**WHAT THIS TASK INVOLVES**: Word for word, retype the records below.

++++++++

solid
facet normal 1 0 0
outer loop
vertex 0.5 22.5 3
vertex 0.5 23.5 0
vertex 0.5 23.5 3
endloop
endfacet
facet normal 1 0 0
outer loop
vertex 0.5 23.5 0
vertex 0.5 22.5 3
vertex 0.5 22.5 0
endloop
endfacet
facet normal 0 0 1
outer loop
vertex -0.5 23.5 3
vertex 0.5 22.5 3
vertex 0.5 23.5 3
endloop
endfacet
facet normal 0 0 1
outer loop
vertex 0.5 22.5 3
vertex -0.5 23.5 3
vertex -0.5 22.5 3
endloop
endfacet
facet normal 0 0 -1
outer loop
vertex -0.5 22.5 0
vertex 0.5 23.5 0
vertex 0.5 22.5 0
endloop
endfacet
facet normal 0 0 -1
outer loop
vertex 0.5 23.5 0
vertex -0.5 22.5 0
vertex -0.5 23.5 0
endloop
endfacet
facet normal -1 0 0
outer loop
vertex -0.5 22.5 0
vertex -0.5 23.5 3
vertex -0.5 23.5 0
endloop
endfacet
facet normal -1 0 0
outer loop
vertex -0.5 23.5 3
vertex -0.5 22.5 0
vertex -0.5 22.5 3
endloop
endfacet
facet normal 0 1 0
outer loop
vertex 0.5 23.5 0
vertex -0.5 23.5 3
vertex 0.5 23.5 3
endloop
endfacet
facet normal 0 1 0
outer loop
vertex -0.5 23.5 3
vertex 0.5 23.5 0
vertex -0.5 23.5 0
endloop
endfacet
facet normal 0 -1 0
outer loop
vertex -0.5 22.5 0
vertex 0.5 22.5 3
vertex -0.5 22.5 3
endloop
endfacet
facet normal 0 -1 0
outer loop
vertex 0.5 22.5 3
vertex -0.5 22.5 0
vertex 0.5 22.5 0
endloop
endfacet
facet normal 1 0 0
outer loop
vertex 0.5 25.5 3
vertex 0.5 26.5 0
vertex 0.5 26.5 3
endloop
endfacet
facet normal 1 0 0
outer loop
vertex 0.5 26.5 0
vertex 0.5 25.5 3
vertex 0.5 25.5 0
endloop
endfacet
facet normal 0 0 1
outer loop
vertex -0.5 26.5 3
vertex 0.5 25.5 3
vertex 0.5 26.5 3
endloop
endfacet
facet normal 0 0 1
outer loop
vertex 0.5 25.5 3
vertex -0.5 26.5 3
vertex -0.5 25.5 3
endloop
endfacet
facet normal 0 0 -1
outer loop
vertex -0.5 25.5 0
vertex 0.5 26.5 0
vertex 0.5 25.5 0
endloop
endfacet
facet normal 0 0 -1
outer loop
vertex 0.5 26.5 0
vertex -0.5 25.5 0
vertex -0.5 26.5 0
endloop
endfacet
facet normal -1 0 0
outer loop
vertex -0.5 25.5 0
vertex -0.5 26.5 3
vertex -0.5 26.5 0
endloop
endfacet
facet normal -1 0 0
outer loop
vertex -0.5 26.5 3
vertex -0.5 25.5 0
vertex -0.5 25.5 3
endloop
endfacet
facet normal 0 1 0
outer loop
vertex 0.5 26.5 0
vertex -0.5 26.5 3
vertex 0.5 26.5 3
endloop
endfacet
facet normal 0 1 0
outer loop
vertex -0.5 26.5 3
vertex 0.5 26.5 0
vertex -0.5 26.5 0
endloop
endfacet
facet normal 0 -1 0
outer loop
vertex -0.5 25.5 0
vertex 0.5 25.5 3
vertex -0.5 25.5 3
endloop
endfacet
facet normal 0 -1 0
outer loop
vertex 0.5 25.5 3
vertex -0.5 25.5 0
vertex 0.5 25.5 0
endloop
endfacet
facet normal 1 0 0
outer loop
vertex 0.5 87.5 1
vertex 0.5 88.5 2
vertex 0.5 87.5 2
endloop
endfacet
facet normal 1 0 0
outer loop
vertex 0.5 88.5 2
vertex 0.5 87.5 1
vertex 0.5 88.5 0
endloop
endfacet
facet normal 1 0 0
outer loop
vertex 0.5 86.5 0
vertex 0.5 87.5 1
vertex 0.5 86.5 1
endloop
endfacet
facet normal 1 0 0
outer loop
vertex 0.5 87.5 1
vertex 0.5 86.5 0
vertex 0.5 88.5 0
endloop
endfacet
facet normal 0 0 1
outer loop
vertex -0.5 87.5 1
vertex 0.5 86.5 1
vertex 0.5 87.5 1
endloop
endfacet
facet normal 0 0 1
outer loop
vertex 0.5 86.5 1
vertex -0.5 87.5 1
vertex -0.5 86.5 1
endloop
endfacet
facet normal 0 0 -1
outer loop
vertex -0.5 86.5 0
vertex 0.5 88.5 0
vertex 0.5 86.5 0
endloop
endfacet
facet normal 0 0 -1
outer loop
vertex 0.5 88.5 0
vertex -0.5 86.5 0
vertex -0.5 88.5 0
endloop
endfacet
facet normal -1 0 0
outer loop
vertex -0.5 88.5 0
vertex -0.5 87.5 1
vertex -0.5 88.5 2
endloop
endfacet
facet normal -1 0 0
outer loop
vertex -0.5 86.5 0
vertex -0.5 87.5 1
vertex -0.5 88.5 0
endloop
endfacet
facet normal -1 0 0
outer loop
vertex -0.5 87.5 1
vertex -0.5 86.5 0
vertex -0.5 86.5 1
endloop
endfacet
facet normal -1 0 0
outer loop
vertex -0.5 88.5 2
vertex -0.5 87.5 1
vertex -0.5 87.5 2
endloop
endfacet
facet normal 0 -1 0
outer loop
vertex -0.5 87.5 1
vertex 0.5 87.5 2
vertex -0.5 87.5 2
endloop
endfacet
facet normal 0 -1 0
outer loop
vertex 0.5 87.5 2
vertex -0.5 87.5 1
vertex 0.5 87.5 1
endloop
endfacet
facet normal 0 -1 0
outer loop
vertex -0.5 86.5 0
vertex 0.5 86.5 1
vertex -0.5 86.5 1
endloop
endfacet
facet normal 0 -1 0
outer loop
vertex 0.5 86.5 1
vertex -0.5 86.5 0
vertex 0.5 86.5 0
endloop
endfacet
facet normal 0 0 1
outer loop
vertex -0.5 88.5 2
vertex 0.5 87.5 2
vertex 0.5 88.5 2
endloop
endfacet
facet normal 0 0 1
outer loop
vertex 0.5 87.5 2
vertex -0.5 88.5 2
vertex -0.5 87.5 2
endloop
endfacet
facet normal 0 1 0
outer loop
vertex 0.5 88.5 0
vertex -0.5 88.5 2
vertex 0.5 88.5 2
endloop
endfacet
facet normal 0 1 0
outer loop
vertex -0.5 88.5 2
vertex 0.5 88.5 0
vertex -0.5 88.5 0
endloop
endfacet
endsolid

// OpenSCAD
union() {
    translate([0, 23, 1.5]) cube([1, 1, 3], center=true);
    translate([0, 26, 1.5]) cube([1, 1, 3], center=true);
    translate([0, 87, 0.5]) cube([1, 1, 1], center=true);
    translate([0, 88, 1.0]) cube([1, 1, 2], center=true);
}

++++++++

**ANSWER TO THIS PROBLEM**:
solid
facet normal 1 0 0
outer loop
vertex 0.5 22.5 3
vertex 0.5 23.5 0
vertex 0.5 23.5 3
endloop
endfacet
facet normal 1 0 0
outer loop
vertex 0.5 23.5 0
vertex 0.5 22.5 3
vertex 0.5 22.5 0
endloop
endfacet
facet normal 0 0 1
outer loop
vertex -0.5 23.5 3
vertex 0.5 22.5 3
vertex 0.5 23.5 3
endloop
endfacet
facet normal 0 0 1
outer loop
vertex 0.5 22.5 3
vertex -0.5 23.5 3
vertex -0.5 22.5 3
endloop
endfacet
facet normal 0 0 -1
outer loop
vertex -0.5 22.5 0
vertex 0.5 23.5 0
vertex 0.5 22.5 0
endloop
endfacet
facet normal 0 0 -1
outer loop
vertex 0.5 23.5 0
vertex -0.5 22.5 0
vertex -0.5 23.5 0
endloop
endfacet
facet normal -1 0 0
outer loop
vertex -0.5 22.5 0
vertex -0.5 23.5 3
vertex -0.5 23.5 0
endloop
endfacet
facet normal -1 0 0
outer loop
vertex -0.5 23.5 3
vertex -0.5 22.5 0
vertex -0.5 22.5 3
endloop
endfacet
facet normal 0 1 0
outer loop
vertex 0.5 23.5 0
vertex -0.5 23.5 3
vertex 0.5 23.5 3
endloop
endfacet
facet normal 0 1 0
outer loop
vertex -0.5 23.5 3
vertex 0.5 23.5 0
vertex -0.5 23.5 0
endloop
endfacet
facet normal 0 -1 0
outer loop
vertex -0.5 22.5 0
vertex 0.5 22.5 3
vertex -0.5 22.5 3
endloop
endfacet
facet normal 0 -1 0
outer loop
vertex 0.5 22.5 3
vertex -0.5 22.5 0
vertex 0.5 22.5 0
endloop
endfacet
facet normal 1 0 0
outer loop
vertex 0.5 25.5 3
vertex 0.5 26.5 0
vertex 0.5 26.5 3
endloop
endfacet
facet normal 1 0 0
outer loop
vertex 0.5 26.5 0
vertex 0.5 25.5 3
vertex 0.5 25.5 0
endloop
endfacet
facet normal 0 0 1
outer loop
vertex -0.5 26.5 3
vertex 0.5 25.5 3
vertex 0.5 26.5 3
endloop
endfacet
facet normal 0 0 1
outer loop
vertex 0.5 25.5 3
vertex -0.5 26.5 3
vertex -0.5 25.5 3
endloop
endfacet
facet normal 0 0 -1
outer loop
vertex -0.5 25.5 0
vertex 0.5 26.5 0
vertex 0.5 25.5 0
endloop
endfacet
facet normal 0 0 -1
outer loop
vertex 0.5 26.5 0
vertex -0.5 25.5 0
vertex -0.5 26.5 0
endloop
endfacet
facet normal -1 0 0
outer loop
vertex -0.5 25.5 0
vertex -0.5 26.5 3
vertex -0.5 26.5 0
endloop
endfacet
facet normal -1 0 0
outer loop
vertex -0.5 26.5 3
vertex -0.5 25.5 0
vertex -0.5 25.5 3
endloop
endfacet
facet normal 0 1 0
outer loop
vertex 0.5 26.5 0
vertex -0.5 26.5 3
vertex 0.5 26.5 3
endloop
endfacet
facet normal 0 1 0
outer loop
vertex -0.5 26.5 3
vertex 0.5 26.5 0
vertex -0.5 26.5 0
endloop
endfacet
facet normal 0 -1 0
outer loop
vertex -0.5 25.5 0
vertex 0.5 25.5 3
vertex -0.5 25.5 3
endloop
endfacet
facet normal 0 -1 0
outer loop
vertex 0.5 25.5 3
vertex -0.5 25.5 0
vertex 0.5 25.5 0
endloop
endfacet
facet normal 1 0 0
outer loop
vertex 0.5 87.5 1
vertex 0.5 88.5 2
vertex 0.5 87.5 2
endloop
endfacet
facet normal 1 0 0
outer loop
vertex 0.5 88.5 2
vertex 0.5 87.5 1
vertex 0.5 88.5 0
endloop
endfacet
facet normal 1 0 0
outer loop
vertex 0.5 86.5 0
vertex 0.5 87.5 1
vertex 0.5 86.5 1
endloop
endfacet
facet normal 1 0 0
outer loop
vertex 0.5 87.5 1
vertex 0.5 86.5 0
vertex 0.5 88.5 0
endloop
endfacet
facet normal 0 0 1
outer loop
vertex -0.5 87.5 1
vertex 0.5 86.5 1
vertex 0.5 87.5 1
endloop
endfacet
facet normal 0 0 1
outer loop
vertex 0.5 86.5 1
vertex -0.5 87.5 1
vertex -0.5 86.5 1
endloop
endfacet
facet normal 0 0 -1
outer loop
vertex -0.5 86.5 0
vertex 0.5 88.5 0
vertex 0.5 86.5 0
endloop
endfacet
facet normal 0 0 -1
outer loop
vertex 0.5 88.5 0
vertex -0.5 86.5 0
vertex -0.5 88.5 0
endloop
endfacet
facet normal -1 0 0
outer loop
vertex -0.5 88.5 0
vertex -0.5 87.5 1
vertex -0.5 88.5 2
endloop
endfacet
facet normal -1 0 0
outer loop
vertex -0.5 86.5 0
vertex -0.5 87.5 1
vertex -0.5 88.5 0
endloop
endfacet
facet normal -1 0 0
outer loop
vertex -0.5 87.5 1
vertex -0.5 86.5 0
vertex -0.5 86.5 1
endloop
endfacet
facet normal -1 0 0
outer loop
vertex -0.5 88.5 2
vertex -0.5 87.5 1
vertex -0.5 87.5 2
endloop
endfacet
facet normal 0 -1 0
outer loop
vertex -0.5 87.5 1
vertex 0.5 87.5 2
vertex -0.5 87.5 2
endloop
endfacet
facet normal 0 -1 0
outer loop
vertex 0.5 87.5 2
vertex -0.5 87.5 1
vertex 0.5 87.5 1
endloop
endfacet
facet normal 0 -1 0
outer loop
vertex -0.5 86.5 0
vertex 0.5 86.5 1
vertex -0.5 86.5 1
endloop
endfacet
facet normal 0 -1 0
outer loop
vertex 0.5 86.5 1
vertex -0.5 86.5 0
vertex 0.5 86.5 0
endloop
endfacet
facet normal 0 0 1
outer loop
vertex -0.5 88.5 2
vertex 0.5 87.5 2
vertex 0.5 88.5 2
endloop
endfacet
facet normal 0 0 1
outer loop
vertex 0.5 87.5 2
vertex -0.5 88.5 2
vertex -0.5 87.5 2
endloop
endfacet
facet normal 0 1 0
outer loop
vertex 0.5 88.5 0
vertex -0.5 88.5 2
vertex 0.5 88.5 2
endloop
endfacet
facet normal 0 1 0
outer loop
vertex -0.5 88.5 2
vertex 0.5 88.5 0
vertex -0.5 88.5 0
endloop
endfacet
endsolid

// OpenSCAD
union() {
    translate([0, 23, 1.5]) cube([1, 1, 3], center=true);
    translate([0, 26, 1.5]) cube([1, 1, 3], center=true);
    translate([0, 87, 0.5]) cube([1, 1, 1], center=true);
    translate([0, 88, 1.0]) cube([1, 1, 2], center=true);
}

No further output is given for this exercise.